The next question is, why is a healthy culture important. I go back to the two stories shared from Hauschild’s article if a strong safety culture where following procedures was a belief, lock out tags would most likely have been in-place in both scenarios. I am happy to give a lesson on the financial cost impacts of incidents such as the two shared, but I am going to assume you all get that point already. The biggest impact of a strong culture is financial in so many ways. Firms like McKinsey, PWC, Deloitte, and others have proved that companies with healthy cultures have out performed those without healthy cultures. I contend that a safe health culture can be the most distinguishing competitive factor in the ski business. There are a few ski areas that have realized this and have achieved financial success via cultural success. They are both large and small ski areas.

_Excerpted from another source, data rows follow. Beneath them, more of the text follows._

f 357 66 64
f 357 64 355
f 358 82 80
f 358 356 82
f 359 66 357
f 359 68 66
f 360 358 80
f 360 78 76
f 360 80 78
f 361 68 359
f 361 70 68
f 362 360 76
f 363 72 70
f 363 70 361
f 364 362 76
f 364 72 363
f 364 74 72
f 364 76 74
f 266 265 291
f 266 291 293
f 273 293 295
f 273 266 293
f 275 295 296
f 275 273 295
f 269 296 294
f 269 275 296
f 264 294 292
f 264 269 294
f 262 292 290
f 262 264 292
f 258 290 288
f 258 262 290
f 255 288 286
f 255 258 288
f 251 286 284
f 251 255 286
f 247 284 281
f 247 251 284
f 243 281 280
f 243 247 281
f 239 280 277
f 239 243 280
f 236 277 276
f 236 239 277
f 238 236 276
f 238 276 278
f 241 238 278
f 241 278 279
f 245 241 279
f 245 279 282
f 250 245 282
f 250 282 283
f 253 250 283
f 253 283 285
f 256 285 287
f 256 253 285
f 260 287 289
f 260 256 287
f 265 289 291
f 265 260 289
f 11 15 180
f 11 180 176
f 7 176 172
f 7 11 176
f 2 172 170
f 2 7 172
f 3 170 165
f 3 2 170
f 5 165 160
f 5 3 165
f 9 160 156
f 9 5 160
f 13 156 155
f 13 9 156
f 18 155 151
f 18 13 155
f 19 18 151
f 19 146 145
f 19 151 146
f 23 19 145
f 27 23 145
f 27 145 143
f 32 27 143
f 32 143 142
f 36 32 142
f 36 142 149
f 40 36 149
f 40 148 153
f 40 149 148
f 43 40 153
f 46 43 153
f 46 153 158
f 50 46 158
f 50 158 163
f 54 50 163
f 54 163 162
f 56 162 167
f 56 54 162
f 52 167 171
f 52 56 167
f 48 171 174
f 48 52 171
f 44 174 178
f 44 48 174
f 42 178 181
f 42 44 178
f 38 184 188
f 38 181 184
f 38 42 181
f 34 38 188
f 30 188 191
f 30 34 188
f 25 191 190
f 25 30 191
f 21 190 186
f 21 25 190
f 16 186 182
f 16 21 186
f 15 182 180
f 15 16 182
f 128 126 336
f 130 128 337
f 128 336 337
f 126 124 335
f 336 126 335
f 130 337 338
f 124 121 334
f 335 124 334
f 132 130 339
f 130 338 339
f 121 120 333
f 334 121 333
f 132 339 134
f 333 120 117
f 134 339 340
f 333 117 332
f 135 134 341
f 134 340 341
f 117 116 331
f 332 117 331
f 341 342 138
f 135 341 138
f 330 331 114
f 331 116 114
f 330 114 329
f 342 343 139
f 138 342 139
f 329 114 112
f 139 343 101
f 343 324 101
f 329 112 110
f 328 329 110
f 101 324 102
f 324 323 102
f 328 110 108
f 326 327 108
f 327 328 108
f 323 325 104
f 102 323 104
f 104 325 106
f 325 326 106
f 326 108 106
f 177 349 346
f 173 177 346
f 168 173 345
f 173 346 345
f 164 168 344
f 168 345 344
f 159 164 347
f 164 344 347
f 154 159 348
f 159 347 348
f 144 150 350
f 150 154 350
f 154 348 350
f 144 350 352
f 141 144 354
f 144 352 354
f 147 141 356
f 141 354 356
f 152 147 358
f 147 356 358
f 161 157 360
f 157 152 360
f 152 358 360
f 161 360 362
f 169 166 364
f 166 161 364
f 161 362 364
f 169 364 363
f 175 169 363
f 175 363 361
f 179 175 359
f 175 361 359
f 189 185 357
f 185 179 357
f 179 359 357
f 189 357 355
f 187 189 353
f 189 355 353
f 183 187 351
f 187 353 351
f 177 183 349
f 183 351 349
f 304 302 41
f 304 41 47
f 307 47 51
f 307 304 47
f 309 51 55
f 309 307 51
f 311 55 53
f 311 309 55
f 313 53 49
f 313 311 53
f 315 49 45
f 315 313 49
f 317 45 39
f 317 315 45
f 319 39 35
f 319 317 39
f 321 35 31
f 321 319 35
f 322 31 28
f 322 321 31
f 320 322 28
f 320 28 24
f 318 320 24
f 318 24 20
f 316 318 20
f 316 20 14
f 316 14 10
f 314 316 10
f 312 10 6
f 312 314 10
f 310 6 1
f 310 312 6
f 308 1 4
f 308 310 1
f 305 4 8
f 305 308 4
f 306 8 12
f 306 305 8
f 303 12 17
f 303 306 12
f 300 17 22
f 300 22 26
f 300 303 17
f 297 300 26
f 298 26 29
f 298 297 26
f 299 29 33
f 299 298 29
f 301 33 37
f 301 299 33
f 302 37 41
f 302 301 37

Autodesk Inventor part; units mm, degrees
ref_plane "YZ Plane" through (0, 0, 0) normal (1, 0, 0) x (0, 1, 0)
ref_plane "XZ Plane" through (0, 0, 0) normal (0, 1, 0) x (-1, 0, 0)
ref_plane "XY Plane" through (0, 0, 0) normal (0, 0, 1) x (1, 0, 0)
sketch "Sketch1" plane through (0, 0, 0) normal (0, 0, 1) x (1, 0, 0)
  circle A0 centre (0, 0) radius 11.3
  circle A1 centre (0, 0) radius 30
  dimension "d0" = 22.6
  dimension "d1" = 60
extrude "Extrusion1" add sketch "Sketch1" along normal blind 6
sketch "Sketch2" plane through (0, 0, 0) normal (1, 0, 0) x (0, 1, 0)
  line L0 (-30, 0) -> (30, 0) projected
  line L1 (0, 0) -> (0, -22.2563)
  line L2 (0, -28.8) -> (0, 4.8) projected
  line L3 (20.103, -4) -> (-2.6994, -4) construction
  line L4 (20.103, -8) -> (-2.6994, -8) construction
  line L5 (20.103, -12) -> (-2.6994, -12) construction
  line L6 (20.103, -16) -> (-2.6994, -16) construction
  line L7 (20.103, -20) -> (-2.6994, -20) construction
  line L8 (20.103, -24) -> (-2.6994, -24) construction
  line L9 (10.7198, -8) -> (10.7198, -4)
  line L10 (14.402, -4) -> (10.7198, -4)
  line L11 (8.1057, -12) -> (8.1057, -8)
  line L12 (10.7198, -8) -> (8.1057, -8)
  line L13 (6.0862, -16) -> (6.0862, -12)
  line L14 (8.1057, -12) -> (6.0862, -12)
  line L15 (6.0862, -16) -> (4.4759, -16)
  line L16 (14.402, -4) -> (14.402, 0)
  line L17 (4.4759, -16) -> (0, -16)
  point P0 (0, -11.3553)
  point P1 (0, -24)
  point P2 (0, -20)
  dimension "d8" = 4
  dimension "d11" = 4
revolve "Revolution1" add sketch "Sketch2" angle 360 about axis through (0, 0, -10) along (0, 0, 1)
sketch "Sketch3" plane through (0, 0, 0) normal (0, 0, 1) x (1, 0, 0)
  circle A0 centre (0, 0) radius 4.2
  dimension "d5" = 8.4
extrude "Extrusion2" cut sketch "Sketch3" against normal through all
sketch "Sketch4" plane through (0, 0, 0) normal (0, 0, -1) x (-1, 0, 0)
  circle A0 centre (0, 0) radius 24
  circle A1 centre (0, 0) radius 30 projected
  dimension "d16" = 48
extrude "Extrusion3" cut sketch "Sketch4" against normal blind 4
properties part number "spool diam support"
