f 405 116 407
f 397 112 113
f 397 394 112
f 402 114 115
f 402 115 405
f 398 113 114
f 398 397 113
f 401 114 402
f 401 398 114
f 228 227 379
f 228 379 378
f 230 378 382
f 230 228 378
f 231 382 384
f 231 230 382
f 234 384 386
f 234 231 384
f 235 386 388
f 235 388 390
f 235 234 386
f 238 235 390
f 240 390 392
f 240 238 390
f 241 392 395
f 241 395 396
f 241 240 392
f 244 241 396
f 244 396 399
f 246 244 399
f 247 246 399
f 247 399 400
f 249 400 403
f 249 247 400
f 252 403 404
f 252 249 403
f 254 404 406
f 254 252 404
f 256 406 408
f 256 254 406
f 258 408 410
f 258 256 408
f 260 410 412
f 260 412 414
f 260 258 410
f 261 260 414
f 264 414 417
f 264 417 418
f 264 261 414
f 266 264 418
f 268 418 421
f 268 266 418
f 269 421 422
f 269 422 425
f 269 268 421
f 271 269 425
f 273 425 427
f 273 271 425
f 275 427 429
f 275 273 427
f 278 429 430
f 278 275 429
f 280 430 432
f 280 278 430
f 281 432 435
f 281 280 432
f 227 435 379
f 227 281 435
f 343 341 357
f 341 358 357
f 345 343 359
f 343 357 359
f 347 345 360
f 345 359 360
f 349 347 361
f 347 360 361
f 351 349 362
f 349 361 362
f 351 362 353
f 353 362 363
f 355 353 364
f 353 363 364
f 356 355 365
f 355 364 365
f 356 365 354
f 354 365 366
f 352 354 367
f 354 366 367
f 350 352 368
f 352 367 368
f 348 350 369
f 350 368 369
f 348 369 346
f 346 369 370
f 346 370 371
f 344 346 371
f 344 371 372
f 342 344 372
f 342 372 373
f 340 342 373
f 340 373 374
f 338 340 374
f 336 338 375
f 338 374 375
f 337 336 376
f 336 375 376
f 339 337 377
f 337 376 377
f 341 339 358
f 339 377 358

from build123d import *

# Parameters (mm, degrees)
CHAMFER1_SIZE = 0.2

Safety is a key element in a healthy culture. Why? First, employees appreciate and feel good that the ski area is concerned about them and look out for their physical well being. Secondly, the engagement with staff over safety is another touch point where managers are engaging positively with staff. And last but not least, a safe workplace has positive financial impacts, reduced premiums, less overtime for covering shifts for injured staff, and less administrative effort.
A healthy culture will take effort for sure, but the end product has significant ROI on that effort with smiling faces, less turnover and more a positive bottom line. So why not set out on the path for a healthy culture?